LC: You blended CGI with very nice practical makeup effects; what kind of challenges did you face meshing this together so well?
JO: Thank you very much for saying so. There’s actually no CGI per se in the movie. 95% of what you see with the creature effects is the work of Allan Cooke, our makeup effects designer, and Shara Kim, who plays the Demon. I’m a big believer in practical effects, but I also wanted to give Kanako’s demon form a slightly unreal quality, so there was some augmenting of what we shot to give her an inconstant, flowing, almost liquid quality. And all of those augmentations were achieved using material we had photographed on location. So it’s more a case of computer enhanced images, not computer generated ones.
We’ve had some people grouse about the use of CGI in the movie, and all I can say is “Dude, that’s not CGI, it’s a real person on set.”
LC: You’ve worked in a lot of capacities in the film business; on Devil’s Mile, you wore most of the hats; how difficult was this on you? Which aspect is your favorite?
JO: I’m a writer first and foremost, and that’s still the part that gets me out of bed in the morning. But on this film I was writer, director, one of the producers, one of the editors, the special effects designer … it was a lot of work, and it was hard juggling those responsibilities. I had to be able to communicate with the cast and crew as writer, director and producer, and had to be clear about which hat I was wearing in any given situation. Being on set is very chaotic and very draining; I’m much happier when it’s just me in a room alone working with the material. So that was the writing at the beginning and then the editing at the end, which was a process I also immensely enjoy – they seem like very different jobs, but they light up the same parts of my brain.
LC: Now that you’ve completed Devil’s Mile, what other projects are currently in the works for you?

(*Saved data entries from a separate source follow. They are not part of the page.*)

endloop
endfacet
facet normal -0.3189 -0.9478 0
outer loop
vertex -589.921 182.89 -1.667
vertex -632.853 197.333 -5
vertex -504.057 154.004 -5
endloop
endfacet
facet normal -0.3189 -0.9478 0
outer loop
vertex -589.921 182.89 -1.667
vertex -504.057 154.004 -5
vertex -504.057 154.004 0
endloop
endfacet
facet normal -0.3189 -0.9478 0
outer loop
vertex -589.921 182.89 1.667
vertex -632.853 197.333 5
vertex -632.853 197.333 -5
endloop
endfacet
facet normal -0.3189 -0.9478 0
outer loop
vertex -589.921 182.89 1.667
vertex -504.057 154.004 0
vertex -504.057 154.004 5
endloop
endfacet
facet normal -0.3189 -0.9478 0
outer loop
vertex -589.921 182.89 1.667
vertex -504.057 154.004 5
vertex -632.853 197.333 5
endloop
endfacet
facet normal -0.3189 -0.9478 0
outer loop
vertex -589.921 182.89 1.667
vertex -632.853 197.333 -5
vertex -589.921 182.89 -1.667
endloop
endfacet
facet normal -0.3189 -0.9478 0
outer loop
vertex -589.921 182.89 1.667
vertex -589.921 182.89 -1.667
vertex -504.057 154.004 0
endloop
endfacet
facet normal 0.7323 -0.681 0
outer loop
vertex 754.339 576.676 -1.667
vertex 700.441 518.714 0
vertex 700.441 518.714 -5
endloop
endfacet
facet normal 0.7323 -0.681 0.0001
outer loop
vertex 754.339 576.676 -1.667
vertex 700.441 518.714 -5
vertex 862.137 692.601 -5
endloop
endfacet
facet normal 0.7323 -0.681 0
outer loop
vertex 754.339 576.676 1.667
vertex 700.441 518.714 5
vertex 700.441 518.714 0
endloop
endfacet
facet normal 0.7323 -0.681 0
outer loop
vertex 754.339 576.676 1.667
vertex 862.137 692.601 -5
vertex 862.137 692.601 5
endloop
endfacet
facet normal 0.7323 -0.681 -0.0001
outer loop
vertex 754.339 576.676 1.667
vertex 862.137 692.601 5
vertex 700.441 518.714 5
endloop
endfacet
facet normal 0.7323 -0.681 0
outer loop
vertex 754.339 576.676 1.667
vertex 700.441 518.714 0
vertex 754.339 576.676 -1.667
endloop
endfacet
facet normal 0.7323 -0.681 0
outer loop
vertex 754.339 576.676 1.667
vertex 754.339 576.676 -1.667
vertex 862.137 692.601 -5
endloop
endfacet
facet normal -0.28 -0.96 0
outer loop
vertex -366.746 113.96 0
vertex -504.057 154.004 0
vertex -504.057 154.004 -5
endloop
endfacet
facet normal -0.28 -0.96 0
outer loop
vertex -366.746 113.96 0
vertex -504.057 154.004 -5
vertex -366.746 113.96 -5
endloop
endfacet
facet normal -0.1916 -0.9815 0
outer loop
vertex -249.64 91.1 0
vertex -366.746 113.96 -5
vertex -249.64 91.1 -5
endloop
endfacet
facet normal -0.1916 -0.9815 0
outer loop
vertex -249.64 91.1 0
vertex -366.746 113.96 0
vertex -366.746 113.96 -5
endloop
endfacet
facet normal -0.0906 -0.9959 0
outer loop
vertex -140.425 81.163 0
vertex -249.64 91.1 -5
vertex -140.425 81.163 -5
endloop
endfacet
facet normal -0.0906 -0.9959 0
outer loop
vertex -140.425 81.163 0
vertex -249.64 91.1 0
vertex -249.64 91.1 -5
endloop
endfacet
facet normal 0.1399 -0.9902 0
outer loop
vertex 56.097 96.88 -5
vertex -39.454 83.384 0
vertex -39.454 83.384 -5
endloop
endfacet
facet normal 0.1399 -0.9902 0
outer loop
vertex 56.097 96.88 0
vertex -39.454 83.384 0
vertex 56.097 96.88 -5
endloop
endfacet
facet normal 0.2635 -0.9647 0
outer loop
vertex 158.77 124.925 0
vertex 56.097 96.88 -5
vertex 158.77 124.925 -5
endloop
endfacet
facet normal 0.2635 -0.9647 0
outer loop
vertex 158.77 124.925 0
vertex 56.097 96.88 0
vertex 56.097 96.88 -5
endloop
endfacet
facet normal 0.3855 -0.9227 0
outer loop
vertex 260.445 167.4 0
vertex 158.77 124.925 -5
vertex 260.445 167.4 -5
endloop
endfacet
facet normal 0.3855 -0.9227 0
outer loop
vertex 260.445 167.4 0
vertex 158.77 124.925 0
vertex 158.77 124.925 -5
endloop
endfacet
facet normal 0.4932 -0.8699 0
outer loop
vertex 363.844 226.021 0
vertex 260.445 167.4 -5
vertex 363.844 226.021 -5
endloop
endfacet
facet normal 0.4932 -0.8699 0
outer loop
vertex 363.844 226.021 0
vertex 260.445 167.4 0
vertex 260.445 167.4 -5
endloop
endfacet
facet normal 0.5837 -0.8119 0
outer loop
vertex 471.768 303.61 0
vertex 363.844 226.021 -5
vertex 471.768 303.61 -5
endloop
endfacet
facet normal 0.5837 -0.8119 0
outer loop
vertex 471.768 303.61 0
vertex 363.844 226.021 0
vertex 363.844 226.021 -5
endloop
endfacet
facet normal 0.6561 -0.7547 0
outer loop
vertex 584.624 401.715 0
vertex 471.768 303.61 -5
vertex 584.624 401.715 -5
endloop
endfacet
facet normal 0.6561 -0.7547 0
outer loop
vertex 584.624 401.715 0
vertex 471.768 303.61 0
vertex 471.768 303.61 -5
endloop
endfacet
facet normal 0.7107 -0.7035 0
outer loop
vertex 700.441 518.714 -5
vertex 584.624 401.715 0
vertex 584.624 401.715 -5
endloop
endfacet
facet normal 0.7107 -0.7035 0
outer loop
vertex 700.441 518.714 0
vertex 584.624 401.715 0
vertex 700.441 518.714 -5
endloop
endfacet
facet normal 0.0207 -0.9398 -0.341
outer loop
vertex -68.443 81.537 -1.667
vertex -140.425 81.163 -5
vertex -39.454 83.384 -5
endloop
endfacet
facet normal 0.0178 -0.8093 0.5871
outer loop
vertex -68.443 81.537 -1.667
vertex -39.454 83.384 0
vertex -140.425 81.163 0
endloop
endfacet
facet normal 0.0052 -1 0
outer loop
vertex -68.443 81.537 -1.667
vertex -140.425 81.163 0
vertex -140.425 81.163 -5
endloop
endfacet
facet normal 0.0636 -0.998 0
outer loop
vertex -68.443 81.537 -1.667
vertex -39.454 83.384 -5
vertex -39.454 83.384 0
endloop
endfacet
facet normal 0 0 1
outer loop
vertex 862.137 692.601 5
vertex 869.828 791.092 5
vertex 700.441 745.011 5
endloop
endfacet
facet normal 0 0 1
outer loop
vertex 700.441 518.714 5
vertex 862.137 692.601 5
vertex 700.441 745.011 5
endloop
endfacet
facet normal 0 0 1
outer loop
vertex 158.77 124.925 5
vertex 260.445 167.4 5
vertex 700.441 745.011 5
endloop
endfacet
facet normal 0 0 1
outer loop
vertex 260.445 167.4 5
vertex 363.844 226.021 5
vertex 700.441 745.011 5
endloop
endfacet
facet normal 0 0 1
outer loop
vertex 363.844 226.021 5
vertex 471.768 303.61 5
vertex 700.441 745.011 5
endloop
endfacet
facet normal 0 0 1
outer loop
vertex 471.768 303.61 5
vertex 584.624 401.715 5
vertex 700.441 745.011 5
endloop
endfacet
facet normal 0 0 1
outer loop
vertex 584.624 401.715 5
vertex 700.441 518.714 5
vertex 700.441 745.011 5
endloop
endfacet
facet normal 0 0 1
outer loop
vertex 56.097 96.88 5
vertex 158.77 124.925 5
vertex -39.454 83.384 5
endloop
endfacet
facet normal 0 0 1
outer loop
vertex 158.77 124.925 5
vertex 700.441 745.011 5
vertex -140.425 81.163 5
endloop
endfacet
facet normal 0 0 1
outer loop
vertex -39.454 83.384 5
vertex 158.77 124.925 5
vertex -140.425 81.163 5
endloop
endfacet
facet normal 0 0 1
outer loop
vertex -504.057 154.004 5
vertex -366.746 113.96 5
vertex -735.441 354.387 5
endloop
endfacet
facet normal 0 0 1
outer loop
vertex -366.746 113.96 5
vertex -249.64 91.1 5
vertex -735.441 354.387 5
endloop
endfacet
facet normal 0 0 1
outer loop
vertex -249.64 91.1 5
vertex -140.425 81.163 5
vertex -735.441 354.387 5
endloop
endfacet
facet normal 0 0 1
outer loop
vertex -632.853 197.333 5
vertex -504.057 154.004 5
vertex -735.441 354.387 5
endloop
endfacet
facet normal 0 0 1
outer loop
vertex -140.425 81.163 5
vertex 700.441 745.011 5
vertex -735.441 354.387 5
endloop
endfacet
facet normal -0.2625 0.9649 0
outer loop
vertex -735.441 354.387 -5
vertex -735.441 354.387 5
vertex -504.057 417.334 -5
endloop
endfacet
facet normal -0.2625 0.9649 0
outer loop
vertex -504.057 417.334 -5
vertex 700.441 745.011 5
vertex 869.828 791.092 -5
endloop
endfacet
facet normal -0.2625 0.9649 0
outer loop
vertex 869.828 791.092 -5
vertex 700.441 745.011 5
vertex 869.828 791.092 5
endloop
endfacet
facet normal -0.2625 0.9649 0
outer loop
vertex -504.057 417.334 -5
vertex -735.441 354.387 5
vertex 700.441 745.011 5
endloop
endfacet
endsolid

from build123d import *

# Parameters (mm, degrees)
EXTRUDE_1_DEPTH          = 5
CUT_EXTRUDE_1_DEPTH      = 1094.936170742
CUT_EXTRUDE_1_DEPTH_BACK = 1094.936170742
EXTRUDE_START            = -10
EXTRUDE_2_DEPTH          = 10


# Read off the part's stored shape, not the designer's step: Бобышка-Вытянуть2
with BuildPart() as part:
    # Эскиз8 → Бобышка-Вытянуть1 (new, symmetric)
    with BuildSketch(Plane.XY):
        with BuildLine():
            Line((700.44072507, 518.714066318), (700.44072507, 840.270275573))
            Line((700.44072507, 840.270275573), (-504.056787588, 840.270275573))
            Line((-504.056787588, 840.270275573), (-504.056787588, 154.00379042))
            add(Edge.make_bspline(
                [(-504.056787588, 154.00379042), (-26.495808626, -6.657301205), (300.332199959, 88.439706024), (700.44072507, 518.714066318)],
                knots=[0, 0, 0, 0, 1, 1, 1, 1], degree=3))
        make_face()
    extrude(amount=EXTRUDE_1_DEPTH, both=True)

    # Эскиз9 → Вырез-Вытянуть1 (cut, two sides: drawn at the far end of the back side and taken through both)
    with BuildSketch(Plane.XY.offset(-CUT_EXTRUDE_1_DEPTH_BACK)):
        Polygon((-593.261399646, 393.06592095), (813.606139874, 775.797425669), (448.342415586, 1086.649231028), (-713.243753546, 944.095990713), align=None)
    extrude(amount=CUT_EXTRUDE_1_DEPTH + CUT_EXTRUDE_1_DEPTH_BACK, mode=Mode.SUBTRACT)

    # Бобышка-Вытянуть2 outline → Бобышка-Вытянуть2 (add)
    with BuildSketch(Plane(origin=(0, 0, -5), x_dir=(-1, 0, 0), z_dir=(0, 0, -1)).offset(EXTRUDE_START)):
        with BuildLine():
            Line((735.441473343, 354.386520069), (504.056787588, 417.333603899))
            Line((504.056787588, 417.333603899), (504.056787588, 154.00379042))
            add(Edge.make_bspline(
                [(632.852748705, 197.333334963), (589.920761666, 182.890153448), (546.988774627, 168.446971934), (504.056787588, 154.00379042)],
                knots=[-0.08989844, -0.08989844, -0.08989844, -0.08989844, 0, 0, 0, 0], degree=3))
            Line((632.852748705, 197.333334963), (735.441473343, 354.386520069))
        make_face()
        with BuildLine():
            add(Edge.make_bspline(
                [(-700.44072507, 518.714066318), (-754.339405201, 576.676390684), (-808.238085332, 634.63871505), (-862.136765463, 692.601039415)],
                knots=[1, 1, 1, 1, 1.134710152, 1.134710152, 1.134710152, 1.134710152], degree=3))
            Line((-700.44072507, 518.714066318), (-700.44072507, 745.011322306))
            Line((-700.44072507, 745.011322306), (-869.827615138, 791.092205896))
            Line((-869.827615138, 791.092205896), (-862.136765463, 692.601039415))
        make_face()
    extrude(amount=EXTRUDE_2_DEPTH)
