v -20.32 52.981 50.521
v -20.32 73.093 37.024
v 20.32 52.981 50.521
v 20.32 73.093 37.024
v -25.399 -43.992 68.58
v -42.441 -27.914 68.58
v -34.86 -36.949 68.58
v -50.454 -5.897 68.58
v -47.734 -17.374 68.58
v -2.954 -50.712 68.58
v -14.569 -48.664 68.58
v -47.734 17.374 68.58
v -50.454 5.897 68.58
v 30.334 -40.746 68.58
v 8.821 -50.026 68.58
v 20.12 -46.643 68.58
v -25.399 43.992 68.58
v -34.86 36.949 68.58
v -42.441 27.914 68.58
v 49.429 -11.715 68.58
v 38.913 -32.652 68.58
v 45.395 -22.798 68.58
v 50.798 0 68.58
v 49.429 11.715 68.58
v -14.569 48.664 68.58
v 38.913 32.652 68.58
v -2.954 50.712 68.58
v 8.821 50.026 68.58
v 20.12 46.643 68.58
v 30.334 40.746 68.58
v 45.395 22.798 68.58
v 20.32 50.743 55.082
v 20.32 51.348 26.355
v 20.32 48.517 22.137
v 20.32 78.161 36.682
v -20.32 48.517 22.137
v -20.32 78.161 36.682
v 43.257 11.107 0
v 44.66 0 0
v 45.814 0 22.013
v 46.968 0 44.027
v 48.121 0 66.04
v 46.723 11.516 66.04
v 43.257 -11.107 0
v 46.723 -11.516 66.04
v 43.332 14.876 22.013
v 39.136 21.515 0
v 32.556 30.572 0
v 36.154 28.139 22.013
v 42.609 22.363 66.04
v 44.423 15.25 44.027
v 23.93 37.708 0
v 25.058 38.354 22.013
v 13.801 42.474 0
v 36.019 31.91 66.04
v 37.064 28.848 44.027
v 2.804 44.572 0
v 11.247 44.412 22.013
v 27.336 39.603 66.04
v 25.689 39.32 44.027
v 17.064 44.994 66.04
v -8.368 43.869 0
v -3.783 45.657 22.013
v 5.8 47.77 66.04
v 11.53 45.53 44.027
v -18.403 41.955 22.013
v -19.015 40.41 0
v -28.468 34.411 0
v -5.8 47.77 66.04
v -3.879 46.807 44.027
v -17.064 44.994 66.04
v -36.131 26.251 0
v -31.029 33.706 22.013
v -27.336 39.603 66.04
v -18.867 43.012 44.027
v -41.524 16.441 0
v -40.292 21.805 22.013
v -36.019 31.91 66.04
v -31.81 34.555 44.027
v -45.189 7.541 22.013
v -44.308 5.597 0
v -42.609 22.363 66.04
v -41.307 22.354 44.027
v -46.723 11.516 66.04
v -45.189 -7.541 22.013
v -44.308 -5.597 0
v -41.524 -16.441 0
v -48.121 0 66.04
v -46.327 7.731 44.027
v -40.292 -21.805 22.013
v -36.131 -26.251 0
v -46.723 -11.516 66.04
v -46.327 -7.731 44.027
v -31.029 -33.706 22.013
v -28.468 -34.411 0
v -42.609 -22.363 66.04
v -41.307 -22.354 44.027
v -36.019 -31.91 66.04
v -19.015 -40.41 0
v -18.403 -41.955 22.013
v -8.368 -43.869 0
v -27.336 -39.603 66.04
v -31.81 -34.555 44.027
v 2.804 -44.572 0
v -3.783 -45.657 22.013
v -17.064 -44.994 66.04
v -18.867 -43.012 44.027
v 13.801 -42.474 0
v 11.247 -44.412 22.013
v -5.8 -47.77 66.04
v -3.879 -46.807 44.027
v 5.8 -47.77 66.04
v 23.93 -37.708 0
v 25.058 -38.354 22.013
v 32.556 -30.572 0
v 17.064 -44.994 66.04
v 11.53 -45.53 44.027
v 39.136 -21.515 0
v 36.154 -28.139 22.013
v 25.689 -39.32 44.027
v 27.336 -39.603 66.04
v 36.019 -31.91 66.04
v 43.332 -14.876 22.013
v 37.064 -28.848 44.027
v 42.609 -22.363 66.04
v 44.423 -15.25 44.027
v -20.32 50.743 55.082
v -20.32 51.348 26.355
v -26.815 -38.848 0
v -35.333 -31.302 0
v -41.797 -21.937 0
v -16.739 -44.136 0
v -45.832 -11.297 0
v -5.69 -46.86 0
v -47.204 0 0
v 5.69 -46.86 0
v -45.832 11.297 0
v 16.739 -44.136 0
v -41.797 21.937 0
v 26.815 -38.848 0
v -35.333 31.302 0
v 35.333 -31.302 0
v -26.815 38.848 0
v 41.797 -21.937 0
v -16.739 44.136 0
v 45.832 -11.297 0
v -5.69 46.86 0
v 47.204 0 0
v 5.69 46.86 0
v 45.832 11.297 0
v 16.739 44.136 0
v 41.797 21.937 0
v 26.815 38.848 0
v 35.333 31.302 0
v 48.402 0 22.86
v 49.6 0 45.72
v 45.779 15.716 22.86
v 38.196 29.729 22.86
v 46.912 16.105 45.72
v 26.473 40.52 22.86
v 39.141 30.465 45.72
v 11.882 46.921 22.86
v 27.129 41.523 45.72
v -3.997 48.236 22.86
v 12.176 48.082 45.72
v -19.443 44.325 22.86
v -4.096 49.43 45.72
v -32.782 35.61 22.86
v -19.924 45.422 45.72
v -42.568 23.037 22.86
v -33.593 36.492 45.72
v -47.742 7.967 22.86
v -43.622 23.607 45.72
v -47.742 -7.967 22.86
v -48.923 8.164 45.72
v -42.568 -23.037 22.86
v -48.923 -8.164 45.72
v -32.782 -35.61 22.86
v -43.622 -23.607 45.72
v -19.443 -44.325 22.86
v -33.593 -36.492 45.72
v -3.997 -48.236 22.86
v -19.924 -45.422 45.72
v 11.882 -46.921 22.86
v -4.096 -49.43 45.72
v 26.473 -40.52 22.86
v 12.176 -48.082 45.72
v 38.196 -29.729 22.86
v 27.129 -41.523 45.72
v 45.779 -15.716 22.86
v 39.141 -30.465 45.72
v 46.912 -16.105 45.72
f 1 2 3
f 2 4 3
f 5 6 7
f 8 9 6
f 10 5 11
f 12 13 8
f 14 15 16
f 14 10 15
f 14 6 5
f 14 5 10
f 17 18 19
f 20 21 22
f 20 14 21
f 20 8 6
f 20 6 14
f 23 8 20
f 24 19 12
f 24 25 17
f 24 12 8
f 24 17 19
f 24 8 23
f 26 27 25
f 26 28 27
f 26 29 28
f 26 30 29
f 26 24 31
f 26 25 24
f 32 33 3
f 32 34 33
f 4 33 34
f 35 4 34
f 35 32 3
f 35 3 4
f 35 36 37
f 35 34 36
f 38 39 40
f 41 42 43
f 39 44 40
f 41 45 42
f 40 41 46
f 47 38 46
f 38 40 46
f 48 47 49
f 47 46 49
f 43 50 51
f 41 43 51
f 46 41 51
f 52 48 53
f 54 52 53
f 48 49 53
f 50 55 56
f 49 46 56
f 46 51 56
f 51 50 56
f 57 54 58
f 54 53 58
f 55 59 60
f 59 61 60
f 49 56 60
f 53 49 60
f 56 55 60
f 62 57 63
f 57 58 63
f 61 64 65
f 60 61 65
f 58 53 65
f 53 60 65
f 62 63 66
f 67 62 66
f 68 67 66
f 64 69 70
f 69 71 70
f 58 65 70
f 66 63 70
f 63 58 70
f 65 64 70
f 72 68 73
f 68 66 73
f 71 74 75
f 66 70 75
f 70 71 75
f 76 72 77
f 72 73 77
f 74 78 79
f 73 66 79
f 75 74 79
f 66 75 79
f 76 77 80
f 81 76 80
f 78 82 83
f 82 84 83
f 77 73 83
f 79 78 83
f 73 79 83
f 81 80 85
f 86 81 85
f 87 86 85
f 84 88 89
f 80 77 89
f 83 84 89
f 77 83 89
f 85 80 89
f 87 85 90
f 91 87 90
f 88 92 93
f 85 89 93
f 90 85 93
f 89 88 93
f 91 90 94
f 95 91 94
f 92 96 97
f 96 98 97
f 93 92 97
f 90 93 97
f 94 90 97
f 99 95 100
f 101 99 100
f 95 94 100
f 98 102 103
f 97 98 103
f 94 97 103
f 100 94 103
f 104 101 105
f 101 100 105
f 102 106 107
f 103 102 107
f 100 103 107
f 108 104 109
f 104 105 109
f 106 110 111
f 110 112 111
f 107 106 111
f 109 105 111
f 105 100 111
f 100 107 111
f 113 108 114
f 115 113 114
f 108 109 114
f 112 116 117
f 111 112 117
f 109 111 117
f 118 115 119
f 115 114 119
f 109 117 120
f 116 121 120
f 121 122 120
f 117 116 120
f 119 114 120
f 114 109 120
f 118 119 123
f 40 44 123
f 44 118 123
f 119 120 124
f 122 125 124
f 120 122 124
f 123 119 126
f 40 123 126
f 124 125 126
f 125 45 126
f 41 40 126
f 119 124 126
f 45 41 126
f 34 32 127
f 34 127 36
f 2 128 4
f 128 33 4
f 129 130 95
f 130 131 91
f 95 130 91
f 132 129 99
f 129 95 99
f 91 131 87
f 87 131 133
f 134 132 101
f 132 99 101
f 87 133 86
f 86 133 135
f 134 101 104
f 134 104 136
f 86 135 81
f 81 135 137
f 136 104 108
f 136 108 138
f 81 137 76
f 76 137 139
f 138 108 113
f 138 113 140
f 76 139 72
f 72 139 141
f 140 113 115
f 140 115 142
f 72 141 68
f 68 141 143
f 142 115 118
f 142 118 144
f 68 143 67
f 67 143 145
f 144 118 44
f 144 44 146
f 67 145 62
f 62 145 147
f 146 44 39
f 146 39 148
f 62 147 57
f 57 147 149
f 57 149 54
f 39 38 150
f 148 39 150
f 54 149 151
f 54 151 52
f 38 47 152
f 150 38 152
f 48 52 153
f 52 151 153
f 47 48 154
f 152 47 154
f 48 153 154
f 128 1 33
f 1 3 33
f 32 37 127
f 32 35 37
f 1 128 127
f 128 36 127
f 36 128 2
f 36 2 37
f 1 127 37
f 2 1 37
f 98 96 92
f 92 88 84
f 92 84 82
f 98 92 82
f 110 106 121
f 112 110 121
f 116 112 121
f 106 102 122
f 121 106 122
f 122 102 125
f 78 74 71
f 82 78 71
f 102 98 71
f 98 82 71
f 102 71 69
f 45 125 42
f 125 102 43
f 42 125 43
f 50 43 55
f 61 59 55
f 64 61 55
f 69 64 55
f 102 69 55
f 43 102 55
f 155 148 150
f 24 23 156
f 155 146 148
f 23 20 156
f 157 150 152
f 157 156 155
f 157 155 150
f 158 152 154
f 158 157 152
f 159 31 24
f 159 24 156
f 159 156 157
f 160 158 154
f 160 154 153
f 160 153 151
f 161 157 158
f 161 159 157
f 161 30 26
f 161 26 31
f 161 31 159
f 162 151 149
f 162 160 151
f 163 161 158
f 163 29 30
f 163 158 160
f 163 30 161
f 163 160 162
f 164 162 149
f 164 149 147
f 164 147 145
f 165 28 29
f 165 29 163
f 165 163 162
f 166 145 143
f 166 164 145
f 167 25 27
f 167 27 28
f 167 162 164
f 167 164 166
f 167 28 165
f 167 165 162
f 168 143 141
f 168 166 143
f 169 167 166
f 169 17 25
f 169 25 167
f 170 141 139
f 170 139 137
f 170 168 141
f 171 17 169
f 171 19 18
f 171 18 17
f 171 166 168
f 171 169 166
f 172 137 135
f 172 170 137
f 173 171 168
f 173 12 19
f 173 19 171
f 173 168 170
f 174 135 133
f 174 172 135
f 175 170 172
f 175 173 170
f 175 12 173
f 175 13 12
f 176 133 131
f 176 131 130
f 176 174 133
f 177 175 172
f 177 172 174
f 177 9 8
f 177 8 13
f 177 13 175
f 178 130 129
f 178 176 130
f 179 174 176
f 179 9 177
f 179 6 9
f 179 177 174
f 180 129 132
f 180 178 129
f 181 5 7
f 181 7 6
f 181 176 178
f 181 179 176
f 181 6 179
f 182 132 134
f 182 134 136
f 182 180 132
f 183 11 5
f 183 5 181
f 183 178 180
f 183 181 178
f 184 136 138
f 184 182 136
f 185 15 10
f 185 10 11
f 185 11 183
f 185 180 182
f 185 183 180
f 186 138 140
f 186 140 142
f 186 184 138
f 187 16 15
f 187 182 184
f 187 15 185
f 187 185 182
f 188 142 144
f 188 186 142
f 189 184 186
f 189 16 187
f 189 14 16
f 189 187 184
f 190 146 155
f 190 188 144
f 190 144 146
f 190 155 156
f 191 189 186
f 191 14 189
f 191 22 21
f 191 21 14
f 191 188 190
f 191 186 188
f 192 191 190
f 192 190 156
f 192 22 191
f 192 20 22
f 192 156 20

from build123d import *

# Parameters (mm, degrees)
F0_R     = 47.2037457073
F1_DEPTH = 68.58
F1_TAPER = -3
F3_DEPTH = 20.32
F4_T     = -2.54
F5_T     = -2.54


with BuildPart() as f1:
    # F0 (on Top) → F1 (new body)
    with BuildSketch(Plane.XY):
        Circle(F0_R)
    extrude(amount=F1_DEPTH, taper=F1_TAPER)

    # F5
    f5_openings = [f1.faces().sort_by_distance(p)[0] for p in [
        (0, 0, 0),
    ]]
    offset(amount=F5_T, openings=f5_openings, kind=Kind.INTERSECTION)


with BuildPart() as f3:
    # F2 (on Right) → F3 (new body, symmetric)
    with BuildSketch(Plane.YZ):
        Polygon((78.1612671151, 36.6816926789), (50.7431694437, 55.0819187667), (48.5171550519, 22.137036616), align=None)
    extrude(amount=F3_DEPTH, both=True)

    # F4
    f4_openings = [f3.faces().sort_by_distance(p)[0] for p in [
        (-20.32, 59.140531, 37.966883),
        (20.32, 59.140531, 37.966883),
    ]]
    offset(amount=F4_T, openings=f4_openings)


solid = Compound([f1.part, f3.part])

JO: That’s a good question. I have a couple of projects cooking, and I’m really pleased to just be writing a new script again, which I haven’t had time to do because I was working on Devil’s Mile. But it’s early days on all of those. I’m curious and excited to see where the road leads next …
LC: And if I remember correctly…”the road will never let you go”!
I’d like to thank Joseph one last time for such a great film and for taking the time to talk with us, and wish him the very best of luck with that script and whatever else the future holds for him; I know I’ll be watching!
DEVIL’S MILE will release in the U.S. and Canada on August 12th!